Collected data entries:
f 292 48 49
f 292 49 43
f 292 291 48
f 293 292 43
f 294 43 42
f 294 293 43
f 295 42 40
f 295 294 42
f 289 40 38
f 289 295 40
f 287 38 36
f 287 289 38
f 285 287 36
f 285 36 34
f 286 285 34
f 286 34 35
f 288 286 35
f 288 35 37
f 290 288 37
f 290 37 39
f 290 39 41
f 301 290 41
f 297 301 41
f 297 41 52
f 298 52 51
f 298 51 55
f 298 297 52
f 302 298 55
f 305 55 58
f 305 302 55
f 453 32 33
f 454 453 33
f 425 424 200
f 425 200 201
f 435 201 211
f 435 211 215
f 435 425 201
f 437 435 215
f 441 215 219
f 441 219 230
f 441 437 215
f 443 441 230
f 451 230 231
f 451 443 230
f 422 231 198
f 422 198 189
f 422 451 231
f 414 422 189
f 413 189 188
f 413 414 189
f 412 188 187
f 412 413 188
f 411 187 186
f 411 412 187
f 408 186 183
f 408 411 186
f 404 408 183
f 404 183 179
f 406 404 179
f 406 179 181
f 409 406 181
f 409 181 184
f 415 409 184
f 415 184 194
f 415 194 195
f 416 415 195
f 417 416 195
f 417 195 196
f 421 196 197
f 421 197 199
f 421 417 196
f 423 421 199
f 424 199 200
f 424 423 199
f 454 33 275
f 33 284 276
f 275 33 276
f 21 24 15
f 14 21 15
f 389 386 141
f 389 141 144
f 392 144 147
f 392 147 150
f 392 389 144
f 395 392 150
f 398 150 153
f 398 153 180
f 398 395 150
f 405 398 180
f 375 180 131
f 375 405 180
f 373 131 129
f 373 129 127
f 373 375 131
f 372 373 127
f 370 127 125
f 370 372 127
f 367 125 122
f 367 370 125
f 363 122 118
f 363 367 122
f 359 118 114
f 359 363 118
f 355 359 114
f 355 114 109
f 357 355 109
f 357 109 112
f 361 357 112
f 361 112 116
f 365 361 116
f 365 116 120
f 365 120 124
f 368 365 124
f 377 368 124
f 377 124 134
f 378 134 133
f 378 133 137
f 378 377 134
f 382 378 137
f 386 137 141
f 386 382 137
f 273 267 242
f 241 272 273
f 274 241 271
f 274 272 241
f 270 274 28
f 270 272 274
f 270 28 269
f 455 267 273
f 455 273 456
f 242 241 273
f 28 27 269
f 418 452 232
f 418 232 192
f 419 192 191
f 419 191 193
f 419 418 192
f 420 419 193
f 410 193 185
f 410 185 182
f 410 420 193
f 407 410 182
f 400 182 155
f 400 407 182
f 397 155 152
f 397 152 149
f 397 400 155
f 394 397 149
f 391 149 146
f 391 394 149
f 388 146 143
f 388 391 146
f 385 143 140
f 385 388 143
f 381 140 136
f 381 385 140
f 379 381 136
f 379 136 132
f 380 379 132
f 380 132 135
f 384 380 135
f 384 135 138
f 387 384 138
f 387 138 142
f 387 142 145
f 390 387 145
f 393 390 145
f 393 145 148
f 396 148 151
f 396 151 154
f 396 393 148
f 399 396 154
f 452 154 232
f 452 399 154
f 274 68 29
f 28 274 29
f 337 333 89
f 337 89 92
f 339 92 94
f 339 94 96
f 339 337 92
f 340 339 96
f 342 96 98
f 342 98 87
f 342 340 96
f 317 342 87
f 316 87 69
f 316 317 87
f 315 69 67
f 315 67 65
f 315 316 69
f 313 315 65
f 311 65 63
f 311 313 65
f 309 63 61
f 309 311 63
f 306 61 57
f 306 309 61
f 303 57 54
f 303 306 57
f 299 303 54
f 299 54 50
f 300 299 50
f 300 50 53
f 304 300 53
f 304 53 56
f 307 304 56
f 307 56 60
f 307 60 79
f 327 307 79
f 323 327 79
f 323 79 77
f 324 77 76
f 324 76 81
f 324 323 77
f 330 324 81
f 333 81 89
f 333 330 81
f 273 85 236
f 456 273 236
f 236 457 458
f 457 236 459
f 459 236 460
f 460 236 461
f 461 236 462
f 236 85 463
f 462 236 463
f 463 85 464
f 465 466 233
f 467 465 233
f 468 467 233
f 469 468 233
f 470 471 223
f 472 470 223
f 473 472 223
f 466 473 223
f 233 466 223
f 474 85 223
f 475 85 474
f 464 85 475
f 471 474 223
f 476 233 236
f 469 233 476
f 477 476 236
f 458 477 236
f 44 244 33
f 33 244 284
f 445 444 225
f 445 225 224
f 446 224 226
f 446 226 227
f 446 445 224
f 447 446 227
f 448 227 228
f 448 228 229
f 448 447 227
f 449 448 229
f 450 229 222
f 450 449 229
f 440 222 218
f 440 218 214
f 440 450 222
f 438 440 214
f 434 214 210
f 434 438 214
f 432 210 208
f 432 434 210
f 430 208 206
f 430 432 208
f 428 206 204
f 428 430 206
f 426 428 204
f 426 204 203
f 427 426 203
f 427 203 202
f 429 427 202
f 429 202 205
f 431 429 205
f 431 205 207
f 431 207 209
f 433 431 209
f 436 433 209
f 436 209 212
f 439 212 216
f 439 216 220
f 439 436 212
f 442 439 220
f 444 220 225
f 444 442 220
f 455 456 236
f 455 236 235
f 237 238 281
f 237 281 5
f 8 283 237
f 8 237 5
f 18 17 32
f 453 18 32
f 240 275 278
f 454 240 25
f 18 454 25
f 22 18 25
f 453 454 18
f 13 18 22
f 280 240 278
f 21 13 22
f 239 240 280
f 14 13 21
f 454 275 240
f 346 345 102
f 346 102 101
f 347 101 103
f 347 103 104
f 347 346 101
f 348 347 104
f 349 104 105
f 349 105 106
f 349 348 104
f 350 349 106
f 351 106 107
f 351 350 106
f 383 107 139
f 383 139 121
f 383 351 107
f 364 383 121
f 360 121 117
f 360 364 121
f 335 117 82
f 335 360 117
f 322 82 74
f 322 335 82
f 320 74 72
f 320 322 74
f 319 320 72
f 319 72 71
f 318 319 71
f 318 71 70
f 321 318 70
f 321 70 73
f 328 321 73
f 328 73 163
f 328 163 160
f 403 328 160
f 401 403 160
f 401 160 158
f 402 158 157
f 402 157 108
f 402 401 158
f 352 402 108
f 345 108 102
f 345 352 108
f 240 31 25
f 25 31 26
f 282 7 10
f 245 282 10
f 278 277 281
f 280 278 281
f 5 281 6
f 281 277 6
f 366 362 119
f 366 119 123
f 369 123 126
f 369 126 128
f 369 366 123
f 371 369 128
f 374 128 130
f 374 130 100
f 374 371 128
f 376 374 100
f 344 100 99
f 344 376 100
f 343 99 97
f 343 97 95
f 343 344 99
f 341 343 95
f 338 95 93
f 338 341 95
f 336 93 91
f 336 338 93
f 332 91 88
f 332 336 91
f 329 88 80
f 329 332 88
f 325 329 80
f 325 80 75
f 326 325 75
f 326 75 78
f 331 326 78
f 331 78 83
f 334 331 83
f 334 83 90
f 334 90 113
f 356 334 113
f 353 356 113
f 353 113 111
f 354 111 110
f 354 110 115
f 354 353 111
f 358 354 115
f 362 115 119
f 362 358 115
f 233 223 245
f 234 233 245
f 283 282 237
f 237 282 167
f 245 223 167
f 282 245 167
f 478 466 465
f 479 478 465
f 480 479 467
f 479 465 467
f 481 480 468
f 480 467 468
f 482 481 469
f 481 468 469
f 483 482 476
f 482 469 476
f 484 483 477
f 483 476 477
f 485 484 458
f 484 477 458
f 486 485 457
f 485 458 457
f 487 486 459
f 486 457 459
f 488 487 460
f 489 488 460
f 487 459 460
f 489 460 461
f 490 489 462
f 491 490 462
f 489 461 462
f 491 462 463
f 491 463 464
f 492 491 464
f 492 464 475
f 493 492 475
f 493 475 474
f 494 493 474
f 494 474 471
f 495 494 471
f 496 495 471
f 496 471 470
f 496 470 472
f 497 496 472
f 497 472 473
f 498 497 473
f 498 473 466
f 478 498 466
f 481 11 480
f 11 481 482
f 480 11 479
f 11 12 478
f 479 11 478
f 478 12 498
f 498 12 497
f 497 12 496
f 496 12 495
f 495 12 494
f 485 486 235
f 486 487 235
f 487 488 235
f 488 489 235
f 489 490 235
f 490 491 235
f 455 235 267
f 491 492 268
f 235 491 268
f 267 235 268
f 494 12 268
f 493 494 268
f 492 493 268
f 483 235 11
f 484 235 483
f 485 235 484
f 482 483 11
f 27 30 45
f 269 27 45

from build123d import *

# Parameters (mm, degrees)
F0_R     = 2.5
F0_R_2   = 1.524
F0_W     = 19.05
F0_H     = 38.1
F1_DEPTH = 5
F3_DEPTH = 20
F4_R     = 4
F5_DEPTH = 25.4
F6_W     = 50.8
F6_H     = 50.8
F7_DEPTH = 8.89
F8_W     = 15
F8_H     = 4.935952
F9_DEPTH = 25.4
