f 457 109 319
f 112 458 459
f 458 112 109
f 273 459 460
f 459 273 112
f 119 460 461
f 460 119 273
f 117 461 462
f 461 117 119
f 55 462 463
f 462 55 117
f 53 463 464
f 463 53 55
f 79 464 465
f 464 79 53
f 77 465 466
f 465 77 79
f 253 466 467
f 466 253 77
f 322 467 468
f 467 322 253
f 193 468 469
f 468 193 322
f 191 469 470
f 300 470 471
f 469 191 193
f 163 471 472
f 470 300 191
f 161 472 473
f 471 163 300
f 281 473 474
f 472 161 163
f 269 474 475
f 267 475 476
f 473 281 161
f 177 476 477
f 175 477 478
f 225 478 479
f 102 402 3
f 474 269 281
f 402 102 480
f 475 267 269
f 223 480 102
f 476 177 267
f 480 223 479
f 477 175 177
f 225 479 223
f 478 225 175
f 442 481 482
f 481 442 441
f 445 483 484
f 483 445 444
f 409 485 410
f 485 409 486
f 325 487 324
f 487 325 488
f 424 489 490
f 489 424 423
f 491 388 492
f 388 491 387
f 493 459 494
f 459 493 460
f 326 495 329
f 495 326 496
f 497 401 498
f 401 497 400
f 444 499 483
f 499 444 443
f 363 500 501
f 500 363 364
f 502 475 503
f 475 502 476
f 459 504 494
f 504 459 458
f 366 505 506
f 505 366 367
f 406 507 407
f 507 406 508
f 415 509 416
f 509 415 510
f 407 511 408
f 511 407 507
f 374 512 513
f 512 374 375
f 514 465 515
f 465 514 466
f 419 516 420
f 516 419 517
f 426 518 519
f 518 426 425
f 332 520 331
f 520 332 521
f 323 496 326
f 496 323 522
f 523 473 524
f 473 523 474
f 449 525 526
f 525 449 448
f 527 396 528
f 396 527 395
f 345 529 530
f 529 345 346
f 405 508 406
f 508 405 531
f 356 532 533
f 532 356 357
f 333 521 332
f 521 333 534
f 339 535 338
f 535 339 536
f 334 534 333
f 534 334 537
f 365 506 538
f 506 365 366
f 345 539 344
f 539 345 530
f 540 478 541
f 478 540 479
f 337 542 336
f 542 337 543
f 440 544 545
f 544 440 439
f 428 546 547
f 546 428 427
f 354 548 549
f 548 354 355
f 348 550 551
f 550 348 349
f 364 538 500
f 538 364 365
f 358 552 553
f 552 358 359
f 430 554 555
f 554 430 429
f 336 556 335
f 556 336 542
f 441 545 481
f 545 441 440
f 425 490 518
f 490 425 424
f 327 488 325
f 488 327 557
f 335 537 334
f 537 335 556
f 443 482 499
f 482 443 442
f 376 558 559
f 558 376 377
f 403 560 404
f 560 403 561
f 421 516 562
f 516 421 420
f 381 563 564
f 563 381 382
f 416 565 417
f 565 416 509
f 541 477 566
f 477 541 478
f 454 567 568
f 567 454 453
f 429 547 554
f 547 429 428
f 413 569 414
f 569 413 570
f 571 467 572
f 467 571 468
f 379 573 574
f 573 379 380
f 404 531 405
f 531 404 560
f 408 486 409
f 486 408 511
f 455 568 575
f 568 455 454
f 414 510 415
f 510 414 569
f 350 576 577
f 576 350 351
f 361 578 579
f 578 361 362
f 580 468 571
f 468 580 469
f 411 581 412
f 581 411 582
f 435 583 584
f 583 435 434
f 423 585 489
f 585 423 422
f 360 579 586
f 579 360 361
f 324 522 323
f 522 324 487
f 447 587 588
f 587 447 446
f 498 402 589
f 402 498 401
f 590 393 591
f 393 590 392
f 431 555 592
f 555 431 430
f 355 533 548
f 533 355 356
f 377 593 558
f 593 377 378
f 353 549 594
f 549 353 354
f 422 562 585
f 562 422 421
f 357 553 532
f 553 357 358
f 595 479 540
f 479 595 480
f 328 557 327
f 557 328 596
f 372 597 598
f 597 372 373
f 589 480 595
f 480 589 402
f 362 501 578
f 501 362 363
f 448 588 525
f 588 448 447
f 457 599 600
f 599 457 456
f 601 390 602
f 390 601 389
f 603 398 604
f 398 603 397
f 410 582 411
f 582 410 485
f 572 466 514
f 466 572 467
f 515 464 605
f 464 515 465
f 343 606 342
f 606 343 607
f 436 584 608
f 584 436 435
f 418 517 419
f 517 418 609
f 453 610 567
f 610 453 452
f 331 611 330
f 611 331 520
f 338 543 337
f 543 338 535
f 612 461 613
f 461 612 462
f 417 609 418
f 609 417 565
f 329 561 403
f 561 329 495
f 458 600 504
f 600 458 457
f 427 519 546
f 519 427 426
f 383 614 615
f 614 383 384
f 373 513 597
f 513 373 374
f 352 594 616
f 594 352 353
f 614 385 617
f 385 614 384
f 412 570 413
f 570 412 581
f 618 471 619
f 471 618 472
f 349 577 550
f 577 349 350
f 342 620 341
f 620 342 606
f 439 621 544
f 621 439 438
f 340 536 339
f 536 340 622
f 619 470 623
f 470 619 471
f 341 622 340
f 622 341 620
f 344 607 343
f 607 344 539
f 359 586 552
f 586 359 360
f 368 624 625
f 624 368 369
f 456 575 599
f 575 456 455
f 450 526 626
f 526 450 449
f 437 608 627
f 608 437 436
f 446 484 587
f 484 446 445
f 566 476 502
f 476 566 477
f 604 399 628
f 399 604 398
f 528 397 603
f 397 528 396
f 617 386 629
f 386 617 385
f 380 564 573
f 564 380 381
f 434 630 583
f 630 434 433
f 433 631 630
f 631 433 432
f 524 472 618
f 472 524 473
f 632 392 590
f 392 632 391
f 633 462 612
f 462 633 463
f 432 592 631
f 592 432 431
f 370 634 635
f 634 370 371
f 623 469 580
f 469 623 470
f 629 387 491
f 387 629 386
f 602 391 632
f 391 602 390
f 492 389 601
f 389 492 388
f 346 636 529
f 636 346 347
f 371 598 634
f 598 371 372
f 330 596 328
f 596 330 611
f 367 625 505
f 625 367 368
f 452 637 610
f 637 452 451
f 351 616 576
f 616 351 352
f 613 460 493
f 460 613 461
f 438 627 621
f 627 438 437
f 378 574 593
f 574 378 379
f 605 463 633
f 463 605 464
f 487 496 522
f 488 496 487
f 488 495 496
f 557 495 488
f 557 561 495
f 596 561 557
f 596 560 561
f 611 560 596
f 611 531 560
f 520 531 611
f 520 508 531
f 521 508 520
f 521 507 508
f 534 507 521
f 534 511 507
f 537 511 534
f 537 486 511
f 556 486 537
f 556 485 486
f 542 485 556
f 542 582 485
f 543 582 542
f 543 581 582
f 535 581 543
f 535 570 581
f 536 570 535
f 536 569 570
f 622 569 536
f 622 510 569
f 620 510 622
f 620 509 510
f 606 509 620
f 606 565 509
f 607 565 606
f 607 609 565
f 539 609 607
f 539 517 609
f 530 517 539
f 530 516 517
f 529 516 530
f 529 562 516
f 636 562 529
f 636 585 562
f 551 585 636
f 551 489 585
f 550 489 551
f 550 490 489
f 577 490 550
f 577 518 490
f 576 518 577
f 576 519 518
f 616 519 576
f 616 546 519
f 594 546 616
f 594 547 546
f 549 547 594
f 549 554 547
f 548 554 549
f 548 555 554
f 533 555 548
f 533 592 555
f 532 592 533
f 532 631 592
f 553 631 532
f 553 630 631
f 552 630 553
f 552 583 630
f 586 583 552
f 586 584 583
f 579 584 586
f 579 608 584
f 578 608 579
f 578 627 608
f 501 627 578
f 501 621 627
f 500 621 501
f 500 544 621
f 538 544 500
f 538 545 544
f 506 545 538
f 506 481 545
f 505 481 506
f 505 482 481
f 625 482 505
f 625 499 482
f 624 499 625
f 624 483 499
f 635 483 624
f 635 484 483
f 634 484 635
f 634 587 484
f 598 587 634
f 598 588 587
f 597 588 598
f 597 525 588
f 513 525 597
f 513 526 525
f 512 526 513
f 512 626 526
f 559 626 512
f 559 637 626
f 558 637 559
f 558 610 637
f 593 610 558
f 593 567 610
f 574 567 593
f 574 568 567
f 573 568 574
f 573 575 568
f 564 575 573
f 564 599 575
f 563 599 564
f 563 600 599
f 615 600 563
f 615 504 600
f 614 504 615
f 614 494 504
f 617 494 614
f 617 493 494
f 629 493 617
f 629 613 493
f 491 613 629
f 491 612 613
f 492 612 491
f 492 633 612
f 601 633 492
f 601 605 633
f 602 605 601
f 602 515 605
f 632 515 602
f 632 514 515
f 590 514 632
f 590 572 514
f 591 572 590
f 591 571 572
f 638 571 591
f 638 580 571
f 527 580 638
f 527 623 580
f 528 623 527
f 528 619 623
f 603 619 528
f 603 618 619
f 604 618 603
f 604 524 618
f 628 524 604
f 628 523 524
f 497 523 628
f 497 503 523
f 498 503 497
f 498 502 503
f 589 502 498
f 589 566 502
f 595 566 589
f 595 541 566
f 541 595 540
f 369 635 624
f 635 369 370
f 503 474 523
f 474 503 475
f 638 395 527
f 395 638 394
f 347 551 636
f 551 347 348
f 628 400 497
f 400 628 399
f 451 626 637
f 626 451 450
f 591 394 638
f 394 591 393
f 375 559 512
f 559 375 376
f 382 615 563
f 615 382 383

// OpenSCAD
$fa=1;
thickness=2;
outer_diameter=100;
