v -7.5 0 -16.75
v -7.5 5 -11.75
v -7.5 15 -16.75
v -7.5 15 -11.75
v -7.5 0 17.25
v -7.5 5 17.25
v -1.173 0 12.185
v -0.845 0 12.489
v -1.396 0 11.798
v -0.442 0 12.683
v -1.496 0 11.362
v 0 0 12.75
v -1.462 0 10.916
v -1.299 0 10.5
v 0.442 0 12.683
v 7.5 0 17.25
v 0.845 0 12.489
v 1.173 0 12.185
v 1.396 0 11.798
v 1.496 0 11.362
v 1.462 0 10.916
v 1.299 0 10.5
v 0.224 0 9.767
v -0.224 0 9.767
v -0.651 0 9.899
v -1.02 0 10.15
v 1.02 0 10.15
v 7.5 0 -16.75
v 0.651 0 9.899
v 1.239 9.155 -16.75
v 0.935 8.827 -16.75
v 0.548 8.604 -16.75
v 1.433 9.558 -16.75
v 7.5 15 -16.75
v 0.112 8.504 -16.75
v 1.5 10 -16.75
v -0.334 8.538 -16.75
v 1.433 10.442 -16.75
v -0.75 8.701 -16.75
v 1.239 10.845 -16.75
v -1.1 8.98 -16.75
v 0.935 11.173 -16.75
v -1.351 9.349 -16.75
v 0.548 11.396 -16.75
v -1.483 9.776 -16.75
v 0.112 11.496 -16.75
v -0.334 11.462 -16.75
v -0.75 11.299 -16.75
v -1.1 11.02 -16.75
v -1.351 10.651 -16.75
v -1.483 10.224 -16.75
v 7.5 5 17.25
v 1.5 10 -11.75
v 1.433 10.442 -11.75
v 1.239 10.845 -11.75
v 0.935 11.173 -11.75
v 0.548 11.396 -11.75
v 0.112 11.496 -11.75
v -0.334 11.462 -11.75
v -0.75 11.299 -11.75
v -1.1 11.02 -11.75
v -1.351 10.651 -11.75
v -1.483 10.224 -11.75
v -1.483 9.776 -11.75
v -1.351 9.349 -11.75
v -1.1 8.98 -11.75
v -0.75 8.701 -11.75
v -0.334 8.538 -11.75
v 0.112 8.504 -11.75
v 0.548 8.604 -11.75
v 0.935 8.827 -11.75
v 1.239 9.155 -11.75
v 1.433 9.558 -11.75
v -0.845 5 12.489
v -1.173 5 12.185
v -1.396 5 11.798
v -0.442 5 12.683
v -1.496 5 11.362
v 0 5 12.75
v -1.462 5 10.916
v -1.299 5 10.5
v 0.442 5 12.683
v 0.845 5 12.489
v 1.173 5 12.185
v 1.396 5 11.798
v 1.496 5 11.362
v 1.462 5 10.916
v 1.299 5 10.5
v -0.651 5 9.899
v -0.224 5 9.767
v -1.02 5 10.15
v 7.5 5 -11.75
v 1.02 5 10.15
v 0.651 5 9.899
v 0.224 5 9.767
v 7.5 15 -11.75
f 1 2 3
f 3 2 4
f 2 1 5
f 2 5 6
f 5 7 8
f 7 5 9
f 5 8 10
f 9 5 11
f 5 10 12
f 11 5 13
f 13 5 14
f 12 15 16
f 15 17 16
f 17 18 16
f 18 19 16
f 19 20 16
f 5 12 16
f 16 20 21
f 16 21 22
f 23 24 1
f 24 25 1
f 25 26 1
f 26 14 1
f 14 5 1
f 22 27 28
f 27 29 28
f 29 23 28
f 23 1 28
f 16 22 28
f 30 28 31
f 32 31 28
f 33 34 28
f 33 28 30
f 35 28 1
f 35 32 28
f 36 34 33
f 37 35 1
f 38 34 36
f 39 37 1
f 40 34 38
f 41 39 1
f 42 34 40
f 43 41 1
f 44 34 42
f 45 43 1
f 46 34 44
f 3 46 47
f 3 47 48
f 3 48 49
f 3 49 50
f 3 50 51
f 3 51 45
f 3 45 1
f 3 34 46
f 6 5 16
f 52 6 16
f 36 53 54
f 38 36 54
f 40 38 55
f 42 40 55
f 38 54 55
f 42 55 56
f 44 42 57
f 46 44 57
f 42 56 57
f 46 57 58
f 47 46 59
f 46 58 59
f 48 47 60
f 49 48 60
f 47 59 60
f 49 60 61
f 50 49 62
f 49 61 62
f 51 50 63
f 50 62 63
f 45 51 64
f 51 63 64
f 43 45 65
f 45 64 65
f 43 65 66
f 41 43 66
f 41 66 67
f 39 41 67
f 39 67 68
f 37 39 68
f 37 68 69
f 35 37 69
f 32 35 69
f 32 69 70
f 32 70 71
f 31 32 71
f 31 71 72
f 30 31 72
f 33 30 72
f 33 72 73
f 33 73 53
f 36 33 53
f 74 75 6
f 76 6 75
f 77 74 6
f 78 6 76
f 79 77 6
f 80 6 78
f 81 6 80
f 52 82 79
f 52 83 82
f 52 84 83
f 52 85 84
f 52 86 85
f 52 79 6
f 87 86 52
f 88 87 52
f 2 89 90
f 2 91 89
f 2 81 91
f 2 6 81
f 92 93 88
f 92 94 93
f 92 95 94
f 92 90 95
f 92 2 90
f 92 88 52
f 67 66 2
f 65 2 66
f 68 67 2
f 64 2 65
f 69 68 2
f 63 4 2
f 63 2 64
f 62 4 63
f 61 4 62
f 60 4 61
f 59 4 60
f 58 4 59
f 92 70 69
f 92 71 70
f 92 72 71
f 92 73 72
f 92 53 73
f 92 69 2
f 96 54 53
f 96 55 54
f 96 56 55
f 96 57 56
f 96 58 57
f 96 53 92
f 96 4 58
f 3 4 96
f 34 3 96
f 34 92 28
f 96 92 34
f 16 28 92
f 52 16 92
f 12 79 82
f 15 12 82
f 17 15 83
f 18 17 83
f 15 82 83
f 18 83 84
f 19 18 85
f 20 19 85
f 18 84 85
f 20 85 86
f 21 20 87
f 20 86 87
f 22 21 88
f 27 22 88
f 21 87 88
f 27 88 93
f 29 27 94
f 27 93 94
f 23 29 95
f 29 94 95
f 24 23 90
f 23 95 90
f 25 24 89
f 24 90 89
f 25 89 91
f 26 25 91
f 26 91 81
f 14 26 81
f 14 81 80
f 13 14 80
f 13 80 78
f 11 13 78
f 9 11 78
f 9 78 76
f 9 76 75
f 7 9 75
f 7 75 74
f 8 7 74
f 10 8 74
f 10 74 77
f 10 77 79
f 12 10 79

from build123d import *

# Parameters (mm, degrees)
SKETCH1_W      = 15
SKETCH1_H      = 34.5
EXTRUDE1_DEPTH = 5
SKETCH2_W      = 15
SKETCH2_H      = 5
EXTRUDE2_DEPTH = 10
SKETCH3_R      = 1.5
EXTRUDE3_DEPTH = 10
SKETCH4_R      = 1.5
EXTRUDE4_DEPTH = 10
SKETCH5_W      = 15
SKETCH5_H      = 15
EXTRUDE5_DEPTH = 0.5
EXTRUDE6_START = 0.5
SKETCH6_W      = 15
SKETCH6_H      = 10
SKETCH6_R      = 1.5
EXTRUDE6_DEPTH = 0.5


with BuildPart() as part:
    # Sketch1 → Extrude1 (new body)
    with BuildSketch(Plane(origin=(0, 0, 0), x_dir=(1, 0, 0), z_dir=(0, 1, 0))):
        Rectangle(SKETCH1_W, SKETCH1_H)
    extrude(amount=EXTRUDE1_DEPTH)

    # Sketch2 → Extrude2 (add)
    with BuildSketch(Plane(origin=(0, 5, 0), x_dir=(1, 0, 0), z_dir=(0, 1, 0))):
        with Locations((0, 14.75)):
            Rectangle(SKETCH2_W, SKETCH2_H)
    extrude(amount=EXTRUDE2_DEPTH)

    # Sketch3 → Extrude3 (cut)
    with BuildSketch(Plane(origin=(0, 5, 0), x_dir=(1, 0, 0), z_dir=(0, 1, 0))):
        with Locations(Location((0, -11.25, 0), (0, 0, 270))):
            Circle(SKETCH3_R)
    extrude(amount=-EXTRUDE3_DEPTH, mode=Mode.SUBTRACT)

    # Sketch4 → Extrude4 (cut)
    with BuildSketch(Plane.XY.offset(-12.25)):
        with Locations((0, 10)):
            Circle(SKETCH4_R)
    extrude(amount=-EXTRUDE4_DEPTH, mode=Mode.SUBTRACT)

    # Sketch5 → Extrude5 (cut)
    with BuildSketch(Plane(origin=(0, 0, -17.25), x_dir=(-1, 0, 0), z_dir=(0, 0, -1))):
        with Locations((0, 7.5)):
            Rectangle(SKETCH5_W, SKETCH5_H)
    extrude(amount=-EXTRUDE5_DEPTH, mode=Mode.SUBTRACT)

    # Sketch6 → Extrude6 (add)
    with BuildSketch(Plane.XY.offset(-12.25).offset(EXTRUDE6_START)):
        with Locations((0, 10)):
            Rectangle(SKETCH6_W, SKETCH6_H)
        with Locations((0, 10)):
            Circle(SKETCH6_R, mode=Mode.SUBTRACT)
    extrude(amount=-EXTRUDE6_DEPTH)


solid = part.part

Prompt:
Your answer must consist solely of the lines from the top of the entries above through the line containing "f 412 413 188", copied exactly, both ends included.

Exercise response:
f 292 48 49
f 292 49 43
f 292 291 48
f 293 292 43
f 294 43 42
f 294 293 43
f 295 42 40
f 295 294 42
f 289 40 38
f 289 295 40
f 287 38 36
f 287 289 38
f 285 287 36
f 285 36 34
f 286 285 34
f 286 34 35
f 288 286 35
f 288 35 37
f 290 288 37
f 290 37 39
f 290 39 41
f 301 290 41
f 297 301 41
f 297 41 52
f 298 52 51
f 298 51 55
f 298 297 52
f 302 298 55
f 305 55 58
f 305 302 55
f 453 32 33
f 454 453 33
f 425 424 200
f 425 200 201
f 435 201 211
f 435 211 215
f 435 425 201
f 437 435 215
f 441 215 219
f 441 219 230
f 441 437 215
f 443 441 230
f 451 230 231
f 451 443 230
f 422 231 198
f 422 198 189
f 422 451 231
f 414 422 189
f 413 189 188
f 413 414 189
f 412 188 187
f 412 413 188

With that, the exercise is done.